DATA FOR ANALYSIS:
---+---

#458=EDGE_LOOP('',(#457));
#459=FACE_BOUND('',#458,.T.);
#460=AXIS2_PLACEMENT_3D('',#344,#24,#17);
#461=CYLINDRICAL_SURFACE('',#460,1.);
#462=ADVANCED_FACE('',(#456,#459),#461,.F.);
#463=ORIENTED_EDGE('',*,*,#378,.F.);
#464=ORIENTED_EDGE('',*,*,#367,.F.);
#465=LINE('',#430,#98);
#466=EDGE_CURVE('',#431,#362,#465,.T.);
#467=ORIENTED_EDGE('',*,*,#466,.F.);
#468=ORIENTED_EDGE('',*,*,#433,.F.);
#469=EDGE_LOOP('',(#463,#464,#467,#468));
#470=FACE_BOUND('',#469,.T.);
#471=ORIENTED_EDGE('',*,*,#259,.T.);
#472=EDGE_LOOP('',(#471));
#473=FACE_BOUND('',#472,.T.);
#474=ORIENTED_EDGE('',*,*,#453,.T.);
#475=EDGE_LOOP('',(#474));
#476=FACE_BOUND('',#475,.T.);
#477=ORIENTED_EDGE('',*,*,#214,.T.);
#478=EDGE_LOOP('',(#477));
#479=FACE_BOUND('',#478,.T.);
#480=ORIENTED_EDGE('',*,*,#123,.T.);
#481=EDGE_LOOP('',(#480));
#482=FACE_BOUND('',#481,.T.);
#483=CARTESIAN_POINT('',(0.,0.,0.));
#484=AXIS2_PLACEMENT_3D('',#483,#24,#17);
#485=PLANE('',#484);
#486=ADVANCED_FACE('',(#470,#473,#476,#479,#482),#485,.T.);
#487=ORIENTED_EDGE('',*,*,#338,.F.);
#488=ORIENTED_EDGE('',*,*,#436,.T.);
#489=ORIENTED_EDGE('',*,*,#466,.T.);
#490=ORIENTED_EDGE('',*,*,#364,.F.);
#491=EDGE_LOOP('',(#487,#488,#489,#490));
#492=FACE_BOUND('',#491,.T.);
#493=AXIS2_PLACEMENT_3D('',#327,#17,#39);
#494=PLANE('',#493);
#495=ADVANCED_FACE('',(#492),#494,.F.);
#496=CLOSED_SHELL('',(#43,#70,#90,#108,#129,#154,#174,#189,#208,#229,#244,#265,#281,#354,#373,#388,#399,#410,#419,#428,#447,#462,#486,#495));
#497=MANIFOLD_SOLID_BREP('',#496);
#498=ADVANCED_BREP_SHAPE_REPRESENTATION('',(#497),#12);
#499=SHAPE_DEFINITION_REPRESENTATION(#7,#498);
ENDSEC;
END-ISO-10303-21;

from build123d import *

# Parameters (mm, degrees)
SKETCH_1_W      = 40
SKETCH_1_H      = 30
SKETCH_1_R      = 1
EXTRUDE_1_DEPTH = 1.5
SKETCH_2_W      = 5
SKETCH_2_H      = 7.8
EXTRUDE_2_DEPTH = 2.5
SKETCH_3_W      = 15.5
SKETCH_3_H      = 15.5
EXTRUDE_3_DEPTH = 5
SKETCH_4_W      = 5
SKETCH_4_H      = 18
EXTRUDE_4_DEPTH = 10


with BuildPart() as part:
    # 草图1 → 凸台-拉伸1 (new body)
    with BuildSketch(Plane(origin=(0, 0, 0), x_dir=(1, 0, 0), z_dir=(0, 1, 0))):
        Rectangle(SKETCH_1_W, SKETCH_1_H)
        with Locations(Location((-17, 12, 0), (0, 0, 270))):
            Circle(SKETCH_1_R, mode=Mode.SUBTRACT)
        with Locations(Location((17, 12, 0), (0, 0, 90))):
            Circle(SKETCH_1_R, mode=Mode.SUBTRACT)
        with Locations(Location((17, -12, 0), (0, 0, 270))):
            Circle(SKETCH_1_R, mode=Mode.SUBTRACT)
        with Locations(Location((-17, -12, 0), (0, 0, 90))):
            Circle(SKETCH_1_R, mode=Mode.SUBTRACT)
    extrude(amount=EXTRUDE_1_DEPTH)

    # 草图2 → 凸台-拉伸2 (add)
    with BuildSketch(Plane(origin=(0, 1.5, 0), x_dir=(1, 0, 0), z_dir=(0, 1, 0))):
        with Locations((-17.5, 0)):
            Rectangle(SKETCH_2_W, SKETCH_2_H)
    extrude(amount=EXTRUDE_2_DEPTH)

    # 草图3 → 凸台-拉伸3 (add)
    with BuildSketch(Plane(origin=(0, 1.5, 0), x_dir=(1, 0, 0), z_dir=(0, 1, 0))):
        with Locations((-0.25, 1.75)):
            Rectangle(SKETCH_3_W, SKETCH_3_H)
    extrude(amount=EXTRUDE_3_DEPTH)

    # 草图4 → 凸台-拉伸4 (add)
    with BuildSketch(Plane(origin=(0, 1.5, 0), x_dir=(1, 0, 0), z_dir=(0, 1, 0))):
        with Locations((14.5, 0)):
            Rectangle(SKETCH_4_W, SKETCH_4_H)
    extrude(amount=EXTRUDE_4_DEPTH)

---+---

ASSIGNMENT: Since only part of the listing is wanted, copy exactly the lines from the one holding "#474=ORIENTED_EDGE('',*,*,#453,.T.);" to the one holding "#498=ADVANCED_BREP_SHAPE_REPRESENTATION('',(#497),#12);", both included.

RESPONSE TO THE TASK:
#474=ORIENTED_EDGE('',*,*,#453,.T.);
#475=EDGE_LOOP('',(#474));
#476=FACE_BOUND('',#475,.T.);
#477=ORIENTED_EDGE('',*,*,#214,.T.);
#478=EDGE_LOOP('',(#477));
#479=FACE_BOUND('',#478,.T.);
#480=ORIENTED_EDGE('',*,*,#123,.T.);
#481=EDGE_LOOP('',(#480));
#482=FACE_BOUND('',#481,.T.);
#483=CARTESIAN_POINT('',(0.,0.,0.));
#484=AXIS2_PLACEMENT_3D('',#483,#24,#17);
#485=PLANE('',#484);
#486=ADVANCED_FACE('',(#470,#473,#476,#479,#482),#485,.T.);
#487=ORIENTED_EDGE('',*,*,#338,.F.);
#488=ORIENTED_EDGE('',*,*,#436,.T.);
#489=ORIENTED_EDGE('',*,*,#466,.T.);
#490=ORIENTED_EDGE('',*,*,#364,.F.);
#491=EDGE_LOOP('',(#487,#488,#489,#490));
#492=FACE_BOUND('',#491,.T.);
#493=AXIS2_PLACEMENT_3D('',#327,#17,#39);
#494=PLANE('',#493);
#495=ADVANCED_FACE('',(#492),#494,.F.);
#496=CLOSED_SHELL('',(#43,#70,#90,#108,#129,#154,#174,#189,#208,#229,#244,#265,#281,#354,#373,#388,#399,#410,#419,#428,#447,#462,#486,#495));
#497=MANIFOLD_SOLID_BREP('',#496);
#498=ADVANCED_BREP_SHAPE_REPRESENTATION('',(#497),#12);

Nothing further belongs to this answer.